Uma das ideias que mais divide opiniões e está novamente em voga nos últimos tempos é a de permitir ou não que sejam cobradas mensalidades/anuidades de quem tem capacidade de pagar em universidades públicas. Como isso seria realizado em termos práticos? Neste artigo, uma singela sugestão é dada para que o debate saia do quase sempre presente “é difícil demais para fazer” ou “tem que cortar por cortar, é um absurdo o Estado custear tudo isso”.
Utilizando das Diretrizes Orçamentárias da USP para 2019, vamos aos dados do que se espera arrecadar e do que se tem de desembolso previsto para este ano. A receita esperada é de R$ 5.699.549.507, enquanto as despesas somam R$ 5.699.343.665. A maior parte da receita vem da participação de ICMS paulista que a universidade recebe e a maior destinação das despesas é com pessoal.
Deixando de lado como as alocações são feitas internamente e qual o perfil médio dos alunos que se utilizam dessa estrutura, retomemos o questionamento: como fazer essa cobrança?
Primeiramente, dever-se-ia separar os orçamentos de graduação, pesquisa e extensão. As universidades públicas paulistas (USP, Unesp e Unicamp) têm muitos alunos, mas o desembolso considerável (e importante) advém de sua pesquisa. Tendo dois orçamentos em separados, sendo um de pesquisa e extensão e outro de ensino, ficaria mais mensurável o retorno social dos investimentos públicos realizados. Na visão deste que aqui escreve, em uma ordem decrescente de prioridades, estão a pesquisa, a extensão e o ensino.
Considerando que já temos dois orçamentos em separado, ideal seria manter o custear da parte de pesquisa e extensão com os desembolsos públicos. Isso porque, assim como na educação básica, temos nestes dois pontos da tríade o maior retorno público – uma vez que, na prática, aquele que se utiliza do ensino de uma universidade pública de ponta acaba tendo mais benefícios privados (em sua própria vida e carreira profissional) do que públicos.
Quanto ao orçamento específico do ensino, quando do momento da entrada de novos alunos, exigir-se-ia uma nova apresentação: caso os provedores declarem imposto de renda, devem apresentar suas declarações dos últimos três anos antes da aprovação no vestibular. Dentro dessa declaração, o foco seria verificar qual a declaração de valor de desembolsos com educação do(a) filho(a) que acabou de ser aprovado. Caso superasse um limite mínimo, uma porcentagem desse valor seria a anuidade a ser paga.

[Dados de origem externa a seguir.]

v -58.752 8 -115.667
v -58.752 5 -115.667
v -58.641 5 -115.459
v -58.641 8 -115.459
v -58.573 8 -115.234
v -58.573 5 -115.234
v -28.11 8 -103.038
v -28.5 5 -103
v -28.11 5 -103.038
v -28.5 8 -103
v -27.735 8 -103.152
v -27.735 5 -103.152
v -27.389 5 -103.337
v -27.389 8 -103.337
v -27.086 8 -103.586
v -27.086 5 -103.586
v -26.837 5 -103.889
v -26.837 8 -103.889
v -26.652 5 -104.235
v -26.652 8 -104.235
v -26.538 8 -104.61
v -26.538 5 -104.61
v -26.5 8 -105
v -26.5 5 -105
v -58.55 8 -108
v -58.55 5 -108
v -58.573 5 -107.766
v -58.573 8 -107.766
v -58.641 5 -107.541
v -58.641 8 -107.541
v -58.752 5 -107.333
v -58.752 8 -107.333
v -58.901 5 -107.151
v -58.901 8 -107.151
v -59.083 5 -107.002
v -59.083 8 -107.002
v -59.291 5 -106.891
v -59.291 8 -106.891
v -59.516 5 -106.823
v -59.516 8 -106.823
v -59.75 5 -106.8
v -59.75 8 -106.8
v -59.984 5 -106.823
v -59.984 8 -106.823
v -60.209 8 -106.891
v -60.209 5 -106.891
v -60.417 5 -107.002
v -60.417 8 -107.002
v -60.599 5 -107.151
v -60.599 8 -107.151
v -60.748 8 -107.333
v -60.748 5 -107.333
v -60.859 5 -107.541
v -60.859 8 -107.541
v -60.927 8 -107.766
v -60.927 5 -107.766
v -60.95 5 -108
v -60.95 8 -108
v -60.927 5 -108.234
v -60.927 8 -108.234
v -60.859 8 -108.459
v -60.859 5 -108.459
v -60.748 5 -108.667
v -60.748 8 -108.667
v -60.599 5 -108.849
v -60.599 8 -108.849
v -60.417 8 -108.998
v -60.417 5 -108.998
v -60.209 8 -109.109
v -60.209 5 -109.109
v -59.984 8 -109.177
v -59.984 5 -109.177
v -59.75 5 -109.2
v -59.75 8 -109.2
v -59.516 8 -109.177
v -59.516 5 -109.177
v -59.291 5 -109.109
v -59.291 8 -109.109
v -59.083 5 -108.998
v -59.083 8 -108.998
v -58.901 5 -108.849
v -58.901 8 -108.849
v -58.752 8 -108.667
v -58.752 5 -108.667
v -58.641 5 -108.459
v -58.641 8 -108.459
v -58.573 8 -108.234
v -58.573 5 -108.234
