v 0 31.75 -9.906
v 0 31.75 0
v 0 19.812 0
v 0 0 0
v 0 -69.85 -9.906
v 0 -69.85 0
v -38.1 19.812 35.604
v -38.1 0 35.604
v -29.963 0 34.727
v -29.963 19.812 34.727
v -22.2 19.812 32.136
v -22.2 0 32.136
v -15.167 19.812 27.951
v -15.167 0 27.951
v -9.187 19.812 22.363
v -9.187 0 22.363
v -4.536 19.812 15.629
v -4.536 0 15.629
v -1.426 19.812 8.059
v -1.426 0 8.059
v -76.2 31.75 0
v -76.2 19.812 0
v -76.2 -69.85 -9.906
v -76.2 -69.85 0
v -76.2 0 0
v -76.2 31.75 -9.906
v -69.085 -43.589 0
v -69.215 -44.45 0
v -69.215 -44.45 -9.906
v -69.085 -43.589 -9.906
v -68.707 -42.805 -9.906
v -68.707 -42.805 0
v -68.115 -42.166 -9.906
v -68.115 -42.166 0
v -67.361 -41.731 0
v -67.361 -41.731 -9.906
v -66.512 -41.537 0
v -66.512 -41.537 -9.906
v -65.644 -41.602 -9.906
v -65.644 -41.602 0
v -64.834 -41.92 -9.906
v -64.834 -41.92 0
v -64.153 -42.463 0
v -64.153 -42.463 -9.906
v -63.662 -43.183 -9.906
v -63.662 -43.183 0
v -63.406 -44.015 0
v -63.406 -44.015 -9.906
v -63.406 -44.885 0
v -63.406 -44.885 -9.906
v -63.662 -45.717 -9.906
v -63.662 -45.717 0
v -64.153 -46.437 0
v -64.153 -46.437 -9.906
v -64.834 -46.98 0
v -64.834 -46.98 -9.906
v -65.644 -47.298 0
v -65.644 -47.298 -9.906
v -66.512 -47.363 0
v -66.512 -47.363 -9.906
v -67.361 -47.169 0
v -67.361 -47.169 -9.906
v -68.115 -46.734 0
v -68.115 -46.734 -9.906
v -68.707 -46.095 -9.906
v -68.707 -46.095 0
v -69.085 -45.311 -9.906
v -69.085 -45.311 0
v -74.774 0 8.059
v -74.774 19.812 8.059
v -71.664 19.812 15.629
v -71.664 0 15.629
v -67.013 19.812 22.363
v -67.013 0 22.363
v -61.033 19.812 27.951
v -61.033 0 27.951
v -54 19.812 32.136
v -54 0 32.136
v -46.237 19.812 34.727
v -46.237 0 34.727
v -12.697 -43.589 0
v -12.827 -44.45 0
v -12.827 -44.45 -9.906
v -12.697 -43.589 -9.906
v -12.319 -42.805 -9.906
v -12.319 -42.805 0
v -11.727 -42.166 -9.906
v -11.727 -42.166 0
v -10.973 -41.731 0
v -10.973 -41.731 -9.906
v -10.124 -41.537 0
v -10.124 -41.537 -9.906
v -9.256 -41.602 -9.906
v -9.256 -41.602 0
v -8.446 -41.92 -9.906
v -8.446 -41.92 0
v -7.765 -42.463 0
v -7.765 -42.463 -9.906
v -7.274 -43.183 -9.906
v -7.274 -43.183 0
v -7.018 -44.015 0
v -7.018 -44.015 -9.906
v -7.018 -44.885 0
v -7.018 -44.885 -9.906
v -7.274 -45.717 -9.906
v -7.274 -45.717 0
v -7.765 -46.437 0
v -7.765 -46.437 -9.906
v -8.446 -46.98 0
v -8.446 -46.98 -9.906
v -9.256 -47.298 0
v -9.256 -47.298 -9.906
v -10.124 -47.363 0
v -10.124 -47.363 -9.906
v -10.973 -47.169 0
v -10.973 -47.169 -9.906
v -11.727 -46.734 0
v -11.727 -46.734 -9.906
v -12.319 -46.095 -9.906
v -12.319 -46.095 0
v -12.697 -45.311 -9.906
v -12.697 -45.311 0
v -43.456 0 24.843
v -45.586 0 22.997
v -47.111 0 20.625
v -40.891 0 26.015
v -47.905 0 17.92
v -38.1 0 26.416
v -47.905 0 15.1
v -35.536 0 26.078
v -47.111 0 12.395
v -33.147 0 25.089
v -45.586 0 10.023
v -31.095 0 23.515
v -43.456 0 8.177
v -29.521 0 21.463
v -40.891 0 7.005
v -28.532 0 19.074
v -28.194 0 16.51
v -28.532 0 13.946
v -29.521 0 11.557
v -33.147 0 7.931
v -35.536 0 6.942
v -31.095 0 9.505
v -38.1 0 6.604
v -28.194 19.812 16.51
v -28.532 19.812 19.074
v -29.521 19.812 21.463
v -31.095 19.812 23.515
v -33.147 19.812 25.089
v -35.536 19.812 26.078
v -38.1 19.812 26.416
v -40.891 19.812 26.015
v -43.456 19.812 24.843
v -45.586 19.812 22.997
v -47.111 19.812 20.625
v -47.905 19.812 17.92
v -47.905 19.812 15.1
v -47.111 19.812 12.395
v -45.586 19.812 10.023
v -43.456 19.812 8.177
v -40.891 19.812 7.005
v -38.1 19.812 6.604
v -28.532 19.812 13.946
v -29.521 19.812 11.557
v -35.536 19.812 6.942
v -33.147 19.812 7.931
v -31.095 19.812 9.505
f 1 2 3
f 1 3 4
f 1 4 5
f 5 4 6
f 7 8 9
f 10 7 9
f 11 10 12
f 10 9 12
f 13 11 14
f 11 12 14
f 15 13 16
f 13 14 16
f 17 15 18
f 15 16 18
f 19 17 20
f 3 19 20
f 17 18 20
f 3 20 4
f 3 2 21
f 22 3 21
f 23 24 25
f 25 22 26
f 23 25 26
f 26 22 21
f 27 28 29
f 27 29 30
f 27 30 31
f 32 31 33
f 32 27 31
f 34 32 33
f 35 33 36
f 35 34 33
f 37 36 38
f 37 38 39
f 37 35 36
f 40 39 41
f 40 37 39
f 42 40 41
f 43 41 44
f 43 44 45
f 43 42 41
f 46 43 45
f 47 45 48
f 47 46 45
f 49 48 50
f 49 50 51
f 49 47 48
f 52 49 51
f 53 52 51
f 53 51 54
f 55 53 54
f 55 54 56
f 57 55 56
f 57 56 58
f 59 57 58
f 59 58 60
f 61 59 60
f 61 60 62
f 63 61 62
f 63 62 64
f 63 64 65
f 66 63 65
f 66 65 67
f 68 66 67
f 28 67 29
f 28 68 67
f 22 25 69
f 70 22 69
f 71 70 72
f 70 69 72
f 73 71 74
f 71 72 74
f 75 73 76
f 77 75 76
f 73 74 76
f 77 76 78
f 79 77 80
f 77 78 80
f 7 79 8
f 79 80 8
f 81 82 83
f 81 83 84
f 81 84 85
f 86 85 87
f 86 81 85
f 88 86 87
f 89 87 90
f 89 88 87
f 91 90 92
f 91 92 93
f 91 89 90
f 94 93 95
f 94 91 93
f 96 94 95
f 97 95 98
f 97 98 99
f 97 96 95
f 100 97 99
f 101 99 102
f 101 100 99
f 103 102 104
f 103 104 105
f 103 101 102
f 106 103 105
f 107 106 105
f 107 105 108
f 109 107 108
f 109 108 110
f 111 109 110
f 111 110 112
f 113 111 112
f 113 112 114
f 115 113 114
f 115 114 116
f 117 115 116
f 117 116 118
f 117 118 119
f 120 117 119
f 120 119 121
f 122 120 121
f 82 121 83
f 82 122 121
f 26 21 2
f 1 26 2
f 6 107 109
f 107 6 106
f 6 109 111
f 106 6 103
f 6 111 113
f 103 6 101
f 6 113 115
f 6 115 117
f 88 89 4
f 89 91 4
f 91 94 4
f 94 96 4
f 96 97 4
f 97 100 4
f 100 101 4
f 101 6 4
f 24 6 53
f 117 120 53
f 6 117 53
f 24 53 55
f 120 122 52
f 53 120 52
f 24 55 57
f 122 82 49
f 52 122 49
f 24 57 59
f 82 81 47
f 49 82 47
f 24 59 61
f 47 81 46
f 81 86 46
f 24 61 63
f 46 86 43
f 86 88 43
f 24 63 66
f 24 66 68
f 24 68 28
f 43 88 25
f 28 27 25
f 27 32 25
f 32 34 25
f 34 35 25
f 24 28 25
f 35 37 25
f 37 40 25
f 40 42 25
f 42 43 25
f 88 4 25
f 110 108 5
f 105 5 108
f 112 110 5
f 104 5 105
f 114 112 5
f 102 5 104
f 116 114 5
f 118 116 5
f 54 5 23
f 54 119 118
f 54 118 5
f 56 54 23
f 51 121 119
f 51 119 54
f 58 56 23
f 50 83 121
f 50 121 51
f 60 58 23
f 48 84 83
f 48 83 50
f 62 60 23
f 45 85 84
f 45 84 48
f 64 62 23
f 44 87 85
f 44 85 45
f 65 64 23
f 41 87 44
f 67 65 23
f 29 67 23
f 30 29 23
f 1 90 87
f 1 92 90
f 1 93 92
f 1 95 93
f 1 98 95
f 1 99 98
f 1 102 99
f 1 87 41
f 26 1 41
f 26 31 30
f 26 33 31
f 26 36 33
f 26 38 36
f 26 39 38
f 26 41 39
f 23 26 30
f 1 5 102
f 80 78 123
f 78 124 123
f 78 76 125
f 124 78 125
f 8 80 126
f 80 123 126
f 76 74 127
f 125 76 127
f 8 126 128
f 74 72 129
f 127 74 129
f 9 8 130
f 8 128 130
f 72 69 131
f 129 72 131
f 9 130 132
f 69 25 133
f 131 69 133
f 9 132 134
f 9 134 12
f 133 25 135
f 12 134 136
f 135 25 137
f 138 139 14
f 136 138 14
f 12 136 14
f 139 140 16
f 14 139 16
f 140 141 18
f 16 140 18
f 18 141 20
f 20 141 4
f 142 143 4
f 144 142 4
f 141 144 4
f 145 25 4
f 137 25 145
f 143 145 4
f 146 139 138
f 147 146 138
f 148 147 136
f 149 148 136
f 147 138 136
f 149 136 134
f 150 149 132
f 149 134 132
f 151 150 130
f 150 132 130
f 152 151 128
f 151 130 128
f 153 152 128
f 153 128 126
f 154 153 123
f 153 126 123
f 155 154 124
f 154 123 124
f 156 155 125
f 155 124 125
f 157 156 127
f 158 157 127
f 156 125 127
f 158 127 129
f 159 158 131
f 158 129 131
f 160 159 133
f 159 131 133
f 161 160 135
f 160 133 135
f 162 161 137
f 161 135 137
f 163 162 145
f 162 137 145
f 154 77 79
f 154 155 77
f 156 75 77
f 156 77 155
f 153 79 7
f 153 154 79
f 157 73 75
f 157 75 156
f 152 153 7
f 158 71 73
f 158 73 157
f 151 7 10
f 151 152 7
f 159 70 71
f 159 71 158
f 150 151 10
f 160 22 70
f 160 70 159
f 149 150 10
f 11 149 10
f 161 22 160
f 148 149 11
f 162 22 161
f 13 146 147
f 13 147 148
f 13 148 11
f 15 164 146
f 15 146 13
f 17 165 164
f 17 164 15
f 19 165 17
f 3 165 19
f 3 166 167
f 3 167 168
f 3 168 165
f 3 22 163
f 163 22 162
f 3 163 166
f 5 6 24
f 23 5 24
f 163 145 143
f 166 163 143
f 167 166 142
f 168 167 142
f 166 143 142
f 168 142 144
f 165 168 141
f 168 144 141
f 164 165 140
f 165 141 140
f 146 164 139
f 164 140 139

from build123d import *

# Parameters (mm, degrees)
BOSS_EXTRUDE1_DEPTH = 19.812
SKETCH2_R           = 2.921
BOSS_EXTRUDE2_DEPTH = 9.906


with BuildPart() as part:
    # Sketch1 → Boss-Extrude1 (new body)
    with BuildSketch(Plane(origin=(0, 0, 0), x_dir=(1, 0, 0), z_dir=(0, 1, 0))):
        with BuildLine():
            ThreePointArc((-38.1, -35.603754118), (-12.026846627, -25.317436869), (0, 0))
            Line((0, 0), (-38.1, 0))
            Line((-38.1, 0), (-38.1, -6.604))
            ThreePointArc((-38.1, -6.604), (-31.095400226, -9.505400226), (-28.194, -16.51))
            ThreePointArc((-28.194, -16.51), (-31.095400226, -23.514599774), (-38.1, -26.416))
            Line((-38.1, -26.416), (-38.1, -35.603754118))
        make_face()
        with BuildLine():
            Line((-38.1, -6.604), (-38.1, 0))
            Line((-38.1, 0), (-76.2, 0))
            ThreePointArc((-76.2, 0), (-64.173153373, -25.317436869), (-38.1, -35.603754118))
            Line((-38.1, -35.603754118), (-38.1, -26.416))
            ThreePointArc((-38.1, -26.416), (-48.006, -16.51), (-38.1, -6.604))
        make_face()
    extrude(amount=BOSS_EXTRUDE1_DEPTH)

    # Sketch2 → Boss-Extrude2 (add)
    with BuildSketch(Plane(origin=(0, 0, 0), x_dir=(-1, 0, 0), z_dir=(0, 0, -1))):
        Polygon((0, 0), (0, -69.85), (76.2, -69.85), (76.2, 0), (76.2, 31.75), (0, 31.75), align=None)
        with Locations((9.906, -44.45)):
            Circle(SKETCH2_R, mode=Mode.SUBTRACT)
        with Locations((66.294, -44.45)):
            Circle(SKETCH2_R, mode=Mode.SUBTRACT)
    extrude(amount=BOSS_EXTRUDE2_DEPTH)


solid = part.part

Um exemplo numérico para ilustrar a ideia. Imagine que os pais do aluno Roberto pagaram para ele, nos três anos de ensino médio, mensalidades de R$1000,00 (totalizando “anuidade” de R$12.000,00). Vamos imaginar também outros dois alunos: a Bruna, cujos pais pagaram nos três anos do ensino médio uma mensalidade de R$2000,00 (totalizando “anuidade” de R$24.000,00) e o João, que fez o ensino médio em escola privada, mas com bolsa parcial, tendo pago R$500,00 por mês (totalizando uma “anuidade” de R$6.000,00).
Supondo um “nível mínimo” de R$10.000,00 de declaração no Imposto de Renda e uma porcentagem de 70%, João teria acesso integralmente custeado pelo desembolso público, Roberto pagaria uma anuidade de R$8400,00 (mensalidades de R$700,00) e Bruna pagaria uma anuidade de R$16.800,00 (mensalidades de R$1400,00).
É importante salientar que isso não excluiria a necessidade do Estado seguir financiando essas universidades, mas tornaria o sistema socialmente mais justo, porque quem tem capacidade financeira de pagar (através de critérios objetivamente observados) o faria. Possivelmente haveria incentivo para uma declaração destes valores de desembolsos com educação no Imposto de Renda como inferiores aos dados reais, mas é notoriamente sabido que um dos sistemas mais interligados (e, portanto, difíceis de serem ludibriados) é o da Receita Federal e, no fim das contas, essa atitude deliberada e por tanto tempo (ao menos três anos) geraria suspeitas.
Mais do que oferecer direcionamentos, o que este artigo pretende é apresentar que existe sim solução objetiva para tornar as universidades públicas socialmente mais justas sem que isso desequilibre a entrada de novos alunos e o andamento das atividades que mais apresentam retorno público (como pesquisa e extensão).
Inverter a lógica atual de investimentos educacionais públicos — concentração no ensino superior e pouco foco na educação básica/fundamental — não é tarefa fácil e não é algo que será feito da noite para o dia (ou em poucas canetadas, como tem se pretendido pelo atual Ministério da Educação). Mas, enquanto tal dominante prática não se equaliza, podemos aos poucos (e, isso sim, de maneira mais rápida do que se imagina) tornar o atual financiamento do ensino superior socialmente mais justo.